We had learned to use our guns in the playground. The utmost caution was enforced, and although, as I have already remarked, we handled our own guns when we were only lads of twelve years old, I can not recall a single accident which occurred.
Once, during the summer, there was a Schutzenfest, in which a large wooden eagle was shot from the pole. Whoever brought down the last splinter became king. This honour once fell to my share, and I was permitted to choose a queen. I crowned Marie Breimann, a pretty, slender young girl from Brunswick, whose Greek profile and thick silken hair had captivated my fancy. She and Adelheid Barop, the head-master’s daughter, were taught in our classes, but Marie attracted me more strongly than the diligent Keilhau lassies with their beautiful black eyes and the other two blooming and graceful Westphalian girls who were also schoolmates. But the girls occupied a very small place in our lives. They could neither wrestle, shoot, nor climb, so we gave them little thought, and anything like actual flirtation was unknown—we had so many better things in our heads. Wrestling and other sports threw everything else into the shade. Pretty Marie, however, probably suspected which of my school-mates I liked best, and up to the time of my leaving the institute I allowed no other goddess to rival her. But there were plenty of amusements at Keilhau besides bird-shooting.
I will mention the principal ones which came during the year, for to describe them in regular order would be impossible.
Of the longer walks which we took in the spring and summer the most beautiful was the one leading through Blankenburg to the entrance of the Schwarzathal, and thence through the lofty, majestically formed group of cliffs at whose foot the clear, swift Schwarza flows, dashing and foaming, to Schwarzburg.
How clearly our songs echoed from the granite walls of the river valley, and how lively it always was at “The Stag,” whose landlord possessed a certain power of attraction to us boys in his own person; for, as the stoutest man in Thuringia, he was a feast for the eyes! His jollity equalled his corpulence, and how merrily he used to jest with us lads!
Of the shorter expeditions I will mention only the two we took most frequently, which led us in less than an hour to Blankenburg or Greifenstein, a large ruin, many parts of which were in tolerable preservation. It had been the home of Count Gunther von Schwarzburg, who paid with his life for the honour of wearing the German imperial crown a few short months.
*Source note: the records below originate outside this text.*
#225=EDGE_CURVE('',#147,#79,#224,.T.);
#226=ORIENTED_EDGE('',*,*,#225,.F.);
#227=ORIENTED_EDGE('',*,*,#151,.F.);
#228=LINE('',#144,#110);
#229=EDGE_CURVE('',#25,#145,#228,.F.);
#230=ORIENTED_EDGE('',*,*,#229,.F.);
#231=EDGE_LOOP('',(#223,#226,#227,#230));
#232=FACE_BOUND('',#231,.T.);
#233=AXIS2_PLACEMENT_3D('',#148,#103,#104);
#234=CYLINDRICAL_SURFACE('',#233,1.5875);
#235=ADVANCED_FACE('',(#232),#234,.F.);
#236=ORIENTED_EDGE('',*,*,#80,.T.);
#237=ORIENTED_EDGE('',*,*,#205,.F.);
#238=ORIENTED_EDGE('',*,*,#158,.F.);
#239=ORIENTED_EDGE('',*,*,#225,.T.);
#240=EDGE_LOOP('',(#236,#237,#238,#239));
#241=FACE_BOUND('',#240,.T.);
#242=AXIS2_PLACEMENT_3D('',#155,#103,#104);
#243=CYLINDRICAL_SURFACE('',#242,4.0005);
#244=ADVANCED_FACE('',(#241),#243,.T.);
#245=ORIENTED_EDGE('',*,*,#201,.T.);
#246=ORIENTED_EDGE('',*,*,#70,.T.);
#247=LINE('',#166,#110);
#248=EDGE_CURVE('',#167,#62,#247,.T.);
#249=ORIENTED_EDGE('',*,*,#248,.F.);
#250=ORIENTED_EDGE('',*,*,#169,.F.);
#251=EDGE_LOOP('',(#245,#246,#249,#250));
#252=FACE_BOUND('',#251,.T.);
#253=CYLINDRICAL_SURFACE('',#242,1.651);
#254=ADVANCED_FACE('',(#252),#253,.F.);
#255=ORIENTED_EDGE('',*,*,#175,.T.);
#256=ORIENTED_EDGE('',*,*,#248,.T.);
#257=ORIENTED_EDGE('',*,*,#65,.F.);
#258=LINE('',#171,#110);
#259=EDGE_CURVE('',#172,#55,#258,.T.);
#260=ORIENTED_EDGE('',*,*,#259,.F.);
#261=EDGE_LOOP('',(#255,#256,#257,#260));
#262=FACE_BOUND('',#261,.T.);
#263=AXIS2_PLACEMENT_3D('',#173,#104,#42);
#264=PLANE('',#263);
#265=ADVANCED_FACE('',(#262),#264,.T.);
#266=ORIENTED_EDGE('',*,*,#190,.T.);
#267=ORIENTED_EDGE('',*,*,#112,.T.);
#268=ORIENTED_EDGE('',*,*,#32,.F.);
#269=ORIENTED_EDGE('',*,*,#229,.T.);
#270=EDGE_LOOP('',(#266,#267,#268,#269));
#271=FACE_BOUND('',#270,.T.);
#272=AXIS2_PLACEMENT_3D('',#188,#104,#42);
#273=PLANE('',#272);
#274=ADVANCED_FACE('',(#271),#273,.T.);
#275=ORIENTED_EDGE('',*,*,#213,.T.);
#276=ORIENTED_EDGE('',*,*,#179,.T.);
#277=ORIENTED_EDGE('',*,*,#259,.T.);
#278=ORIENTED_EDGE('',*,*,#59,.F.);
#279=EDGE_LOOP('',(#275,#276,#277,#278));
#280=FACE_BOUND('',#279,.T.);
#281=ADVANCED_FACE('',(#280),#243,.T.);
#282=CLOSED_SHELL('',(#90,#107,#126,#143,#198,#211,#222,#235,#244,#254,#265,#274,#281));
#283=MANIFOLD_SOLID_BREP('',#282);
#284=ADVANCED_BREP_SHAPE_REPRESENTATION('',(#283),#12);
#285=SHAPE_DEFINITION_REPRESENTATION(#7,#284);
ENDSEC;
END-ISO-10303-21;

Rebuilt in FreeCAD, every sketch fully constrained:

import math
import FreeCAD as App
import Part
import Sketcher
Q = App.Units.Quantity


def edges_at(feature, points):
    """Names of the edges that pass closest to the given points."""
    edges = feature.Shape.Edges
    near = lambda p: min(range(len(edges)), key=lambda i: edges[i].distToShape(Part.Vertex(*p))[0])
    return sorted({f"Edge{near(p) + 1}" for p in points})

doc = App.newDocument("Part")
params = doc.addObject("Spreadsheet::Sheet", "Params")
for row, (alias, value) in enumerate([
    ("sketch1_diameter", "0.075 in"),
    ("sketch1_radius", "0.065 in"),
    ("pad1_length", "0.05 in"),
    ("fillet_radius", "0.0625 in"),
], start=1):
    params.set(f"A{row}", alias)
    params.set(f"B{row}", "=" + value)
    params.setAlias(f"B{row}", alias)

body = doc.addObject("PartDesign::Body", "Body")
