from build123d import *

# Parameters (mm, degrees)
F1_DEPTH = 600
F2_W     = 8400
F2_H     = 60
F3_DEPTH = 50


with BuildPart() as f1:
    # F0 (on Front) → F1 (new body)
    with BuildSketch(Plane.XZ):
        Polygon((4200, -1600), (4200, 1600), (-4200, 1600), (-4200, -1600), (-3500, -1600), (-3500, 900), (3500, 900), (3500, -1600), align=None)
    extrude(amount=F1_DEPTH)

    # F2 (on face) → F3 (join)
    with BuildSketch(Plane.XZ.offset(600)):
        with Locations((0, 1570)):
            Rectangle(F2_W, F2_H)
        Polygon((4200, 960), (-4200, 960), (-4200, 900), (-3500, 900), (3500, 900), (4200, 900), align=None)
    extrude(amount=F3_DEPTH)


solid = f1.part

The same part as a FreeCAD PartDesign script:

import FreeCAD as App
import Part
import Sketcher

V = App.Vector

doc = App.newDocument("Part")
body = doc.addObject("PartDesign::Body", "Body")

# Sketch on XZ plane
sketch1 = body.newObject("Sketcher::SketchObject", "Sketch")
sketch1.AttachmentSupport = (doc.getObject("XZ_Plane"), [""])
sketch1.MapMode = "FlatFace"
sketch1.addGeometry([
    Part.LineSegment(V(4200, -1600, 0), V(4200, 1600, 0)),  # 0
    Part.LineSegment(V(4200, 1600, 0), V(-4200, 1600, 0)),  # 1
    Part.LineSegment(V(-4200, 1600, 0), V(-4200, -1600, 0)),  # 2
    Part.LineSegment(V(-4200, -1600, 0), V(-3500, -1600, 0)),  # 3
    Part.LineSegment(V(-3500, -1600, 0), V(-3500, 900, 0)),  # 4
    Part.LineSegment(V(-3500, 900, 0), V(3500, 900, 0)),  # 5
    Part.LineSegment(V(3500, 900, 0), V(3500, -1600, 0)),  # 6
    Part.LineSegment(V(3500, -1600, 0), V(4200, -1600, 0)),  # 7
], False)
sketch1.addConstraint([
    Sketcher.Constraint("Coincident", 0, 2, 1, 1),
    Sketcher.Constraint("Coincident", 1, 2, 2, 1),
    Sketcher.Constraint("Coincident", 2, 2, 3, 1),
    Sketcher.Constraint("Coincident", 3, 2, 4, 1),
    Sketcher.Constraint("Coincident", 4, 2, 5, 1),
    Sketcher.Constraint("Coincident", 5, 2, 6, 1),
    Sketcher.Constraint("Coincident", 6, 2, 7, 1),
    Sketcher.Constraint("Coincident", 7, 2, 0, 1),
    Sketcher.Constraint("Vertical", 0),
    Sketcher.Constraint("Horizontal", 1),
    Sketcher.Constraint("Vertical", 2),
    Sketcher.Constraint("Horizontal", 3),
    Sketcher.Constraint("Vertical", 4),
    Sketcher.Constraint("Horizontal", 5),
    Sketcher.Constraint("Vertical", 6),
    Sketcher.Constraint("Horizontal", 7),
    Sketcher.Constraint("Symmetric", 0, 2, 2, 2, -1, 1),
    Sketcher.Constraint("Symmetric", 3, 2, 6, 2, -2),
    Sketcher.Constraint("DistanceX", 1, 2, 1, 1, 8400.0),
    Sketcher.Constraint("DistanceX", 3, 1, 3, 2, 700.0),
    Sketcher.Constraint("DistanceY", 0, 1, 0, 2, 3200.0),
    Sketcher.Constraint("DistanceY", 4, 1, 4, 2, 2500.0),
])
pad1 = body.newObject("PartDesign::Pad", "Pad")
pad1.Profile = sketch1
pad1.Length = 600

# Sketch on XZ plane
sketch2 = body.newObject("Sketcher::SketchObject", "Sketch001")
sketch2.AttachmentSupport = (doc.getObject("XZ_Plane"), [""])
sketch2.MapMode = "FlatFace"
sketch2.AttachmentOffset = App.Placement(V(0, 0, 600), App.Rotation())
sketch2.addGeometry([
    Part.LineSegment(V(-4200, 1600, 0), V(-4200, 1540, 0)),  # 0
    Part.LineSegment(V(-4200, 1540, 0), V(4200, 1540, 0)),  # 1
    Part.LineSegment(V(4200, 1540, 0), V(4200, 1600, 0)),  # 2
    Part.LineSegment(V(4200, 1600, 0), V(-4200, 1600, 0)),  # 3
    Part.LineSegment(V(4200, 960, 0), V(-4200, 960, 0)),  # 4
    Part.LineSegment(V(-4200, 960, 0), V(-4200, 900, 0)),  # 5
    Part.LineSegment(V(-4200, 900, 0), V(4200, 900, 0)),  # 6
    Part.LineSegment(V(4200, 900, 0), V(4200, 960, 0)),  # 7
], False)
sketch2.addConstraint([
    Sketcher.Constraint("Coincident", 0, 2, 1, 1),
    Sketcher.Constraint("Coincident", 1, 2, 2, 1),
    Sketcher.Constraint("Coincident", 2, 2, 3, 1),
    Sketcher.Constraint("Coincident", 3, 2, 0, 1),
    Sketcher.Constraint("Coincident", 4, 2, 5, 1),
    Sketcher.Constraint("Coincident", 5, 2, 6, 1),
    Sketcher.Constraint("Coincident", 6, 2, 7, 1),
    Sketcher.Constraint("Coincident", 7, 2, 4, 1),
    Sketcher.Constraint("Vertical", 0),
    Sketcher.Constraint("Horizontal", 1),
    Sketcher.Constraint("Vertical", 2),
    Sketcher.Constraint("Horizontal", 3),
    Sketcher.Constraint("Horizontal", 4),
    Sketcher.Constraint("Vertical", 5),
    Sketcher.Constraint("Horizontal", 6),
    Sketcher.Constraint("Vertical", 7),
    Sketcher.Constraint("Vertical", 3, 2, 4, 2),
    Sketcher.Constraint("Vertical", 2, 2, 6, 2),
    Sketcher.Constraint("Equal", 2, 5),
    Sketcher.Constraint("DistanceX", 1, 1, 1, 2, 8400.0),
    Sketcher.Constraint("DistanceY", 0, 2, 0, 1, 60.0),
    Sketcher.Constraint("DistanceX", 0, 2, -1, 1, 4200.0),
    Sketcher.Constraint("DistanceY", -1, 1, 0, 2, 1540.0),
    Sketcher.Constraint("DistanceY", -1, 1, 4, 2, 960.0),
])
pad2 = body.newObject("PartDesign::Pad", "Pad001")
pad2.Profile = sketch2
pad2.Length = 50

doc.recompute()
We also enjoyed being sent to the little town of Blankenburg on errands, for it was the home of our drawing-master, the artist Unger, one of those original characters whom we rarely meet now. When we knew him, the handsome, broad-shouldered man, with his thick red beard, looked as one might imagine Odin. Summer and winter his dress was a grey woollen jacket, into which a short pipe was thrust, and around his hips a broad leather belt, from which hung a bag containing his drawing materials. He cared nothing for public opinion, and, as an independent bachelor, desired nothing except “to be let alone,” for he professed the utmost contempt for the corrupt brood yclept “mankind.” He never came to our entertainments, probably because he would be obliged to wear something in place of his woollen jacket, and because he avoided women, whom he called “the roots of all evil.” I still remember how once, after emptying the vials of his wrath upon mankind, he said, in reply to the question whether he included Barop among the iniquitous brood, “Why, of course not; he doesn’t belong to it!”
There was no lack of opportunity to visit him, for a great many persons employed to work for the school lived in Blankenburg, and we were known to be carefully watched there.
I remember two memorable expeditions to the little town. Once my brother burned his arm terribly during a puppet-show by the explosion of some powder provided for the toy cannon.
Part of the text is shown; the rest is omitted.